- _The task_: Please copy exactly every line from the one that contains "FreeCAD Python script" to the end of the data below, with both ends included and no other lines.

- _Supplied material_:
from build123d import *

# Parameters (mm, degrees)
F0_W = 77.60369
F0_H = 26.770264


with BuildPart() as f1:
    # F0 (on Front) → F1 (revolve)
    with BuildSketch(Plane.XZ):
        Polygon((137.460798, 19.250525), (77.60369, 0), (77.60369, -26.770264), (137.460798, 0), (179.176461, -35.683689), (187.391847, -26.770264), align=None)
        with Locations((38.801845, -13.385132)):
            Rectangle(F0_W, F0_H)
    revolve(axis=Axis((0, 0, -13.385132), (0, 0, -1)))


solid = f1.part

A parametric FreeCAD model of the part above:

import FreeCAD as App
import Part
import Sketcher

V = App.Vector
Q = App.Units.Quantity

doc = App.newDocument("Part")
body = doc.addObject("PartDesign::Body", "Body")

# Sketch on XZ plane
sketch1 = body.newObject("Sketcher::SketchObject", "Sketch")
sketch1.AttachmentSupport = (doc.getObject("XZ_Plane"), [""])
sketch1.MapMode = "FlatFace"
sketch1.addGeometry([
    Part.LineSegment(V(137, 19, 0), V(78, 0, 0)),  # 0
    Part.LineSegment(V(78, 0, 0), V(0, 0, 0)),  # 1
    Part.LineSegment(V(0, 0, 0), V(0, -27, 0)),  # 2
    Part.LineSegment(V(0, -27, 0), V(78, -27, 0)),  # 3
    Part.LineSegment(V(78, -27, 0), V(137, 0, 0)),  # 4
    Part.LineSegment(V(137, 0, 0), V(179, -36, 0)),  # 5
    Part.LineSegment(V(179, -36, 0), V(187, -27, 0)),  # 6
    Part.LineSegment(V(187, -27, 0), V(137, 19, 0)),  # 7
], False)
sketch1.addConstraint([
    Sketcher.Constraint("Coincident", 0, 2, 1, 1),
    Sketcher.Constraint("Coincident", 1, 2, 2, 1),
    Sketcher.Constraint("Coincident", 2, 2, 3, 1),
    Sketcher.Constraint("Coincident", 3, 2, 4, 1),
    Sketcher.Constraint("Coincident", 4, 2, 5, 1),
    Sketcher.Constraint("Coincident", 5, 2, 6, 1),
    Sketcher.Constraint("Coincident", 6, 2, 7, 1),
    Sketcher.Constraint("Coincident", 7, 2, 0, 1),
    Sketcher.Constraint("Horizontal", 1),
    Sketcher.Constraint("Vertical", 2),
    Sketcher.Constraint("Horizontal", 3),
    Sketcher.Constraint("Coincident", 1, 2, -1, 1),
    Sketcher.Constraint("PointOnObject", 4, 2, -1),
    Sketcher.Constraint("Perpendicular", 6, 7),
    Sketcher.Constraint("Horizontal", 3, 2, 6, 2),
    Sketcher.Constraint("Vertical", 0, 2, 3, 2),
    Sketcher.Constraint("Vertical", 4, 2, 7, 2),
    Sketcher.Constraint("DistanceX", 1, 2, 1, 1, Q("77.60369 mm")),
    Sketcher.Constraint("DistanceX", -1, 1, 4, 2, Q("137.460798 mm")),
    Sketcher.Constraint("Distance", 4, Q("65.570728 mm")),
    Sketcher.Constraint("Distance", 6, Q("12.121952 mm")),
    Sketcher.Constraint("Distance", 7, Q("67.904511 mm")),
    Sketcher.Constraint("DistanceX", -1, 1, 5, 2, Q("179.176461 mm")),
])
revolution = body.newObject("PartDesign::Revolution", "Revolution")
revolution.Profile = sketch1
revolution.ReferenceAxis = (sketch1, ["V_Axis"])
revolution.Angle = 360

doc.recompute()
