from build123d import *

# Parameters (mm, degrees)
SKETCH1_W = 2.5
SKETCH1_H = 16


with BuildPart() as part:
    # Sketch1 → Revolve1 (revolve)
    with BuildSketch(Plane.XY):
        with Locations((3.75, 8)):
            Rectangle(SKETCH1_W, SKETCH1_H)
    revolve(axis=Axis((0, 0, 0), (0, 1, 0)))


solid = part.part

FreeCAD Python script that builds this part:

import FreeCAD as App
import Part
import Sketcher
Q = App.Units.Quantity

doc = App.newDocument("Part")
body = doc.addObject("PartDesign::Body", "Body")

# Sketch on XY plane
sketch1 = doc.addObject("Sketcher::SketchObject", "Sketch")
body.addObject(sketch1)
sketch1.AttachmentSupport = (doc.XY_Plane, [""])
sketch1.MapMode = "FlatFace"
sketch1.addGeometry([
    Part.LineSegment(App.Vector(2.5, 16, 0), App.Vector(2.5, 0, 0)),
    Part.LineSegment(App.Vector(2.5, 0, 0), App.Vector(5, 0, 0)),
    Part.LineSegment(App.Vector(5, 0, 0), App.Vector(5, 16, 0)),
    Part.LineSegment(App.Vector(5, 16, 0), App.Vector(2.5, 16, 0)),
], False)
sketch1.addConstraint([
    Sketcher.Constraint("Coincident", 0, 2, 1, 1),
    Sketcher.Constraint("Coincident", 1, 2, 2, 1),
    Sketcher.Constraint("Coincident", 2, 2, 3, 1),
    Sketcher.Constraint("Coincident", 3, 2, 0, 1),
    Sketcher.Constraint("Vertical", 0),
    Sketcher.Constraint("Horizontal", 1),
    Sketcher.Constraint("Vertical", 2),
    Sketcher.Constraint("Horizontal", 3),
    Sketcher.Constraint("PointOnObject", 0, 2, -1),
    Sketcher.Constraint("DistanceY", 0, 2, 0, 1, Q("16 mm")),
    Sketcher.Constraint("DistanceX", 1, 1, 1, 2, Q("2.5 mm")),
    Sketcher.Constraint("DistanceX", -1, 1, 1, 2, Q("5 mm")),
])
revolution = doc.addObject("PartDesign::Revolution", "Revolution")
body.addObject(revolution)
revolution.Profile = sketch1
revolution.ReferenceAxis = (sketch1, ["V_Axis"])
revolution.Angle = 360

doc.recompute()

- _Written solution_:
FreeCAD Python script that builds this part:

import FreeCAD as App
import Part
import Sketcher
Q = App.Units.Quantity

doc = App.newDocument("Part")
body = doc.addObject("PartDesign::Body", "Body")

# Sketch on XY plane
sketch1 = doc.addObject("Sketcher::SketchObject", "Sketch")
body.addObject(sketch1)
sketch1.AttachmentSupport = (doc.XY_Plane, [""])
sketch1.MapMode = "FlatFace"
sketch1.addGeometry([
    Part.LineSegment(App.Vector(2.5, 16, 0), App.Vector(2.5, 0, 0)),
    Part.LineSegment(App.Vector(2.5, 0, 0), App.Vector(5, 0, 0)),
    Part.LineSegment(App.Vector(5, 0, 0), App.Vector(5, 16, 0)),
    Part.LineSegment(App.Vector(5, 16, 0), App.Vector(2.5, 16, 0)),
], False)
sketch1.addConstraint([
    Sketcher.Constraint("Coincident", 0, 2, 1, 1),
    Sketcher.Constraint("Coincident", 1, 2, 2, 1),
    Sketcher.Constraint("Coincident", 2, 2, 3, 1),
    Sketcher.Constraint("Coincident", 3, 2, 0, 1),
    Sketcher.Constraint("Vertical", 0),
    Sketcher.Constraint("Horizontal", 1),
    Sketcher.Constraint("Vertical", 2),
    Sketcher.Constraint("Horizontal", 3),
    Sketcher.Constraint("PointOnObject", 0, 2, -1),
    Sketcher.Constraint("DistanceY", 0, 2, 0, 1, Q("16 mm")),
    Sketcher.Constraint("DistanceX", 1, 1, 1, 2, Q("2.5 mm")),
    Sketcher.Constraint("DistanceX", -1, 1, 1, 2, Q("5 mm")),
])
revolution = doc.addObject("PartDesign::Revolution", "Revolution")
body.addObject(revolution)
revolution.Profile = sketch1
revolution.ReferenceAxis = (sketch1, ["V_Axis"])
revolution.Angle = 360

doc.recompute()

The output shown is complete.